Start with the first line of the data and end with the line that holds "Line((6.334883, -24.559099), (26.334883, -24.559099))"; write out each one exactly.

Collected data

----------

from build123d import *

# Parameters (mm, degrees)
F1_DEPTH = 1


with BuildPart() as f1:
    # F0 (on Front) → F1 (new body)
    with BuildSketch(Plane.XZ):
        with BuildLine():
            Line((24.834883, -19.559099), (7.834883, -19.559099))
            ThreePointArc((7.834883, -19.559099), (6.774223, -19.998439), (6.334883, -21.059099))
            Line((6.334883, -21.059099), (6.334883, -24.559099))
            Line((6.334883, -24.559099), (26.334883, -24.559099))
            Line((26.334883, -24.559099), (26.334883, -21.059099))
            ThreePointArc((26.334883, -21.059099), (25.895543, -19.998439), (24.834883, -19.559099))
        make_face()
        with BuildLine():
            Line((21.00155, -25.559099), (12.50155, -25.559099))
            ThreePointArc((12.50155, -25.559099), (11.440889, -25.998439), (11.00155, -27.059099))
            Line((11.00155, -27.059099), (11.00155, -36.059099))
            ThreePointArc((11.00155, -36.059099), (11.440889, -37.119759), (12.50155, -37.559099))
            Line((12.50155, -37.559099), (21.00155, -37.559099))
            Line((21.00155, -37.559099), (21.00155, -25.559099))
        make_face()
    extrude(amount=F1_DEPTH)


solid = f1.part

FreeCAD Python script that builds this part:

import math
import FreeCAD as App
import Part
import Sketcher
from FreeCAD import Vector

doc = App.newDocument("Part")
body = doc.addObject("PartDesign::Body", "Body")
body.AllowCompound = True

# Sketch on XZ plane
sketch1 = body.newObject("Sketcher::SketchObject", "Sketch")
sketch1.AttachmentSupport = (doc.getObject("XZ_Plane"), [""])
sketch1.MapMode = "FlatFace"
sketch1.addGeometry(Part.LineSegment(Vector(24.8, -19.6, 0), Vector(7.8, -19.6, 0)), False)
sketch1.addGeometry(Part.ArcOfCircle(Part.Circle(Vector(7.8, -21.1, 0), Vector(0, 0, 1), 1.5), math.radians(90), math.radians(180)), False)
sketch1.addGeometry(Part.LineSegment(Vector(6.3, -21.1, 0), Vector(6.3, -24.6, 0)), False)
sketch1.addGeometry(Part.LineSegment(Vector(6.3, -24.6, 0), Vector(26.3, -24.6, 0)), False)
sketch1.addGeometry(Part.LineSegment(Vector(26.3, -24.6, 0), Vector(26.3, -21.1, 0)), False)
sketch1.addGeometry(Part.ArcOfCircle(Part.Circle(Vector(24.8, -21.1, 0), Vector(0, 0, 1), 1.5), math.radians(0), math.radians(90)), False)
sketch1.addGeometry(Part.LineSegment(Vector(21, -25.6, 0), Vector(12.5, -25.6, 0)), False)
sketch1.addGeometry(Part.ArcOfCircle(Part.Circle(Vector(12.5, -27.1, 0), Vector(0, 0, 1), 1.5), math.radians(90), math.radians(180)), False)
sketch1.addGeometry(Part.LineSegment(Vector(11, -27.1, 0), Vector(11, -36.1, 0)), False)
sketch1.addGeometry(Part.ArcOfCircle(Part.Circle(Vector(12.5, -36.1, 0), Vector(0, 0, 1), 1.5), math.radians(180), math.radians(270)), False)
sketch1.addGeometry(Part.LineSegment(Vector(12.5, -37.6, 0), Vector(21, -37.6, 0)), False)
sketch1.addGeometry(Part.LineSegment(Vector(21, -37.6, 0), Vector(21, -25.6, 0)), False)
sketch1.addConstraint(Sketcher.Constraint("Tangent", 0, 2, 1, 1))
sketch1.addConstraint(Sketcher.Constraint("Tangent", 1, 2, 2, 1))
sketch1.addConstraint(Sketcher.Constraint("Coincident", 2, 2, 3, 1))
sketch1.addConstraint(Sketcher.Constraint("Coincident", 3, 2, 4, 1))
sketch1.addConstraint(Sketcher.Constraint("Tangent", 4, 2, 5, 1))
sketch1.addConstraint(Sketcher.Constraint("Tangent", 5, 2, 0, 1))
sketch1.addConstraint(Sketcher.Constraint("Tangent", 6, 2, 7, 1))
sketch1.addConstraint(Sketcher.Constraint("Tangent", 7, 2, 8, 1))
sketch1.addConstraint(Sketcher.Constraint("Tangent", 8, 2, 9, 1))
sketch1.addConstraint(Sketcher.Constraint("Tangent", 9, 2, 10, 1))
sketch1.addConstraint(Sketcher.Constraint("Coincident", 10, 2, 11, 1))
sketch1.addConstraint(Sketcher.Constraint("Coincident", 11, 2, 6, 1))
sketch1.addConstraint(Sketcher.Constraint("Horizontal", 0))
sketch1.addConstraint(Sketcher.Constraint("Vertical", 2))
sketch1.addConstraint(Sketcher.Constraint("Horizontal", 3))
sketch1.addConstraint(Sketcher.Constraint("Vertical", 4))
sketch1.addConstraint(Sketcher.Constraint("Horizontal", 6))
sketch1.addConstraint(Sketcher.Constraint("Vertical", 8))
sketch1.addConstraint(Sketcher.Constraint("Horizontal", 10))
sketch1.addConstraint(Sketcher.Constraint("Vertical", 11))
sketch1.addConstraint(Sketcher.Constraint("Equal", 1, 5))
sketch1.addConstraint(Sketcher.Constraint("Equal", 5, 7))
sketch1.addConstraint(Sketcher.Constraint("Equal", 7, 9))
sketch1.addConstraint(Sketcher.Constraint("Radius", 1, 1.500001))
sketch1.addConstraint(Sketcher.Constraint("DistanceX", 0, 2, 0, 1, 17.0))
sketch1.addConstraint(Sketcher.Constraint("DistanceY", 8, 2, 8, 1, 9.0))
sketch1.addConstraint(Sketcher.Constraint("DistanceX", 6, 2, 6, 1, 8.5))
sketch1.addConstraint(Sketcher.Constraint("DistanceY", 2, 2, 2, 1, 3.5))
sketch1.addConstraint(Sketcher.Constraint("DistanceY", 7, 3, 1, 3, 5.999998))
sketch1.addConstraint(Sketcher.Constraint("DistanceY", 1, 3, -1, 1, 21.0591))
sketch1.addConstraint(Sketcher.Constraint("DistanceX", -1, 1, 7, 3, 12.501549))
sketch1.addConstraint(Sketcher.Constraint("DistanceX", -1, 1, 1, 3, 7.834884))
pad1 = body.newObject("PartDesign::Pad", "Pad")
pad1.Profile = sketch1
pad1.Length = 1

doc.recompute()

----------

» Output below
from build123d import *

# Parameters (mm, degrees)
F1_DEPTH = 1


with BuildPart() as f1:
    # F0 (on Front) → F1 (new body)
    with BuildSketch(Plane.XZ):
        with BuildLine():
            Line((24.834883, -19.559099), (7.834883, -19.559099))
            ThreePointArc((7.834883, -19.559099), (6.774223, -19.998439), (6.334883, -21.059099))
            Line((6.334883, -21.059099), (6.334883, -24.559099))
            Line((6.334883, -24.559099), (26.334883, -24.559099))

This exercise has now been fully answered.